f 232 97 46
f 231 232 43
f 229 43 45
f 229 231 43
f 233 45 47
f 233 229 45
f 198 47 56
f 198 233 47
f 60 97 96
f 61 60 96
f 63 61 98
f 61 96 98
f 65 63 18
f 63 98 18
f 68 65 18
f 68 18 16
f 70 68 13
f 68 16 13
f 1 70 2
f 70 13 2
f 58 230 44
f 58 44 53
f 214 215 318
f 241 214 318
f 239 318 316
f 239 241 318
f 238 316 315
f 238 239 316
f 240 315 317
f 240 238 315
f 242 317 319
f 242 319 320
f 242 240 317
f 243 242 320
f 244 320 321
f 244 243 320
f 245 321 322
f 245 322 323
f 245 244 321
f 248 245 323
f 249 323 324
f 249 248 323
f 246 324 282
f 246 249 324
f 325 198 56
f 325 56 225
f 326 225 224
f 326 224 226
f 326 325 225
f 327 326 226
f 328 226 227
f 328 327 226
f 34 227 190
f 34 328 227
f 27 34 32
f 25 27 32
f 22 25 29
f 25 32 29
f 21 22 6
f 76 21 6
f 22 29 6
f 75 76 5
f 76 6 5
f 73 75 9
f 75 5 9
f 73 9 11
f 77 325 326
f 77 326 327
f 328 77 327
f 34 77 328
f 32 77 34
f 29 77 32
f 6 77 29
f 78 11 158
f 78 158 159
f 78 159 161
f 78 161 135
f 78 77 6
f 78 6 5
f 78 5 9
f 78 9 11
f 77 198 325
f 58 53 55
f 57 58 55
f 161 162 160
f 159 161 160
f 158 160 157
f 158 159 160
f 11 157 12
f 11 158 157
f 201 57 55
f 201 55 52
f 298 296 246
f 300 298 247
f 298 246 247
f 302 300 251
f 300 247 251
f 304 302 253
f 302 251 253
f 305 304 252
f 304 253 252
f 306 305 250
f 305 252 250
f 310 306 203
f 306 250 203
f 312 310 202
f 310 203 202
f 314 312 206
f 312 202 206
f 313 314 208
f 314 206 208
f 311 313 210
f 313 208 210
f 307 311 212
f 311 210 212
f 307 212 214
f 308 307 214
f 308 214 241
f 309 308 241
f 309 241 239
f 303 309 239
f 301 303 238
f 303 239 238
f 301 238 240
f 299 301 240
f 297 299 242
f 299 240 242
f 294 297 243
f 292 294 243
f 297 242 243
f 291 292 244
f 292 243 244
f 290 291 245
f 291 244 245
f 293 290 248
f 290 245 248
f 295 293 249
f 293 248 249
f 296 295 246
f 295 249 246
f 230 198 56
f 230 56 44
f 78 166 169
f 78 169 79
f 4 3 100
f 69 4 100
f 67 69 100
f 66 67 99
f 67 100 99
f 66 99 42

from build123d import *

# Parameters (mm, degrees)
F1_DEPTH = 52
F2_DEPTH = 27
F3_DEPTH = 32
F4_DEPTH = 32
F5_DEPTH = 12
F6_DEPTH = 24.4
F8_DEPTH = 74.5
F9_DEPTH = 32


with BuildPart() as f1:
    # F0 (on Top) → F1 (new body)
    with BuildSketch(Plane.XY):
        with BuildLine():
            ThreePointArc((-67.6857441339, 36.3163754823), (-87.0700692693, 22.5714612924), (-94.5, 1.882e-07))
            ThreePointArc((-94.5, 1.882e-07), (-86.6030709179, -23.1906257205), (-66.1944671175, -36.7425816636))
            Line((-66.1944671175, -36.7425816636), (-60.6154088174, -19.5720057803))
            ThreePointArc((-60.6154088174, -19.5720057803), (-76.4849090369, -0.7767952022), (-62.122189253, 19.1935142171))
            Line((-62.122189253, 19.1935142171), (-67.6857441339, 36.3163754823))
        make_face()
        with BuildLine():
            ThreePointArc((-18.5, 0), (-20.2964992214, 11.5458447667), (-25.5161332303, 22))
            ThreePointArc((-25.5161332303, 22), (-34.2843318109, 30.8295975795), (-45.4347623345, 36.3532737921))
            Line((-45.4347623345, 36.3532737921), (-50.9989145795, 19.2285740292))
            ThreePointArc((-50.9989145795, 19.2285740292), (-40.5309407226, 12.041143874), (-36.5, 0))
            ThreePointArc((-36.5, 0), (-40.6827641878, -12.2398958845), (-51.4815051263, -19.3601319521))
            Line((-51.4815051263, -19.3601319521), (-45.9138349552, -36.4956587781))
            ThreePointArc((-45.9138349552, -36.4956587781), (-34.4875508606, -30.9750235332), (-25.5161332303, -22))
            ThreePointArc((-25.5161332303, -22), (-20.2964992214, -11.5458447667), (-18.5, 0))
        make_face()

* _Problem description_: Copy the entries above exactly, but only from the line holding "f 78 169 79" through the line holding "11.5458447667), (-25.5161332303, 22))", both included.

* _Reply_:
f 78 169 79
f 4 3 100
f 69 4 100
f 67 69 100
f 66 67 99
f 67 100 99
f 66 99 42

from build123d import *

# Parameters (mm, degrees)
F1_DEPTH = 52
F2_DEPTH = 27
F3_DEPTH = 32
F4_DEPTH = 32
F5_DEPTH = 12
F6_DEPTH = 24.4
F8_DEPTH = 74.5
F9_DEPTH = 32


with BuildPart() as f1:
    # F0 (on Top) → F1 (new body)
    with BuildSketch(Plane.XY):
        with BuildLine():
            ThreePointArc((-67.6857441339, 36.3163754823), (-87.0700692693, 22.5714612924), (-94.5, 1.882e-07))
            ThreePointArc((-94.5, 1.882e-07), (-86.6030709179, -23.1906257205), (-66.1944671175, -36.7425816636))
            Line((-66.1944671175, -36.7425816636), (-60.6154088174, -19.5720057803))
            ThreePointArc((-60.6154088174, -19.5720057803), (-76.4849090369, -0.7767952022), (-62.122189253, 19.1935142171))
            Line((-62.122189253, 19.1935142171), (-67.6857441339, 36.3163754823))
        make_face()
        with BuildLine():
            ThreePointArc((-18.5, 0), (-20.2964992214, 11.5458447667), (-25.5161332303, 22))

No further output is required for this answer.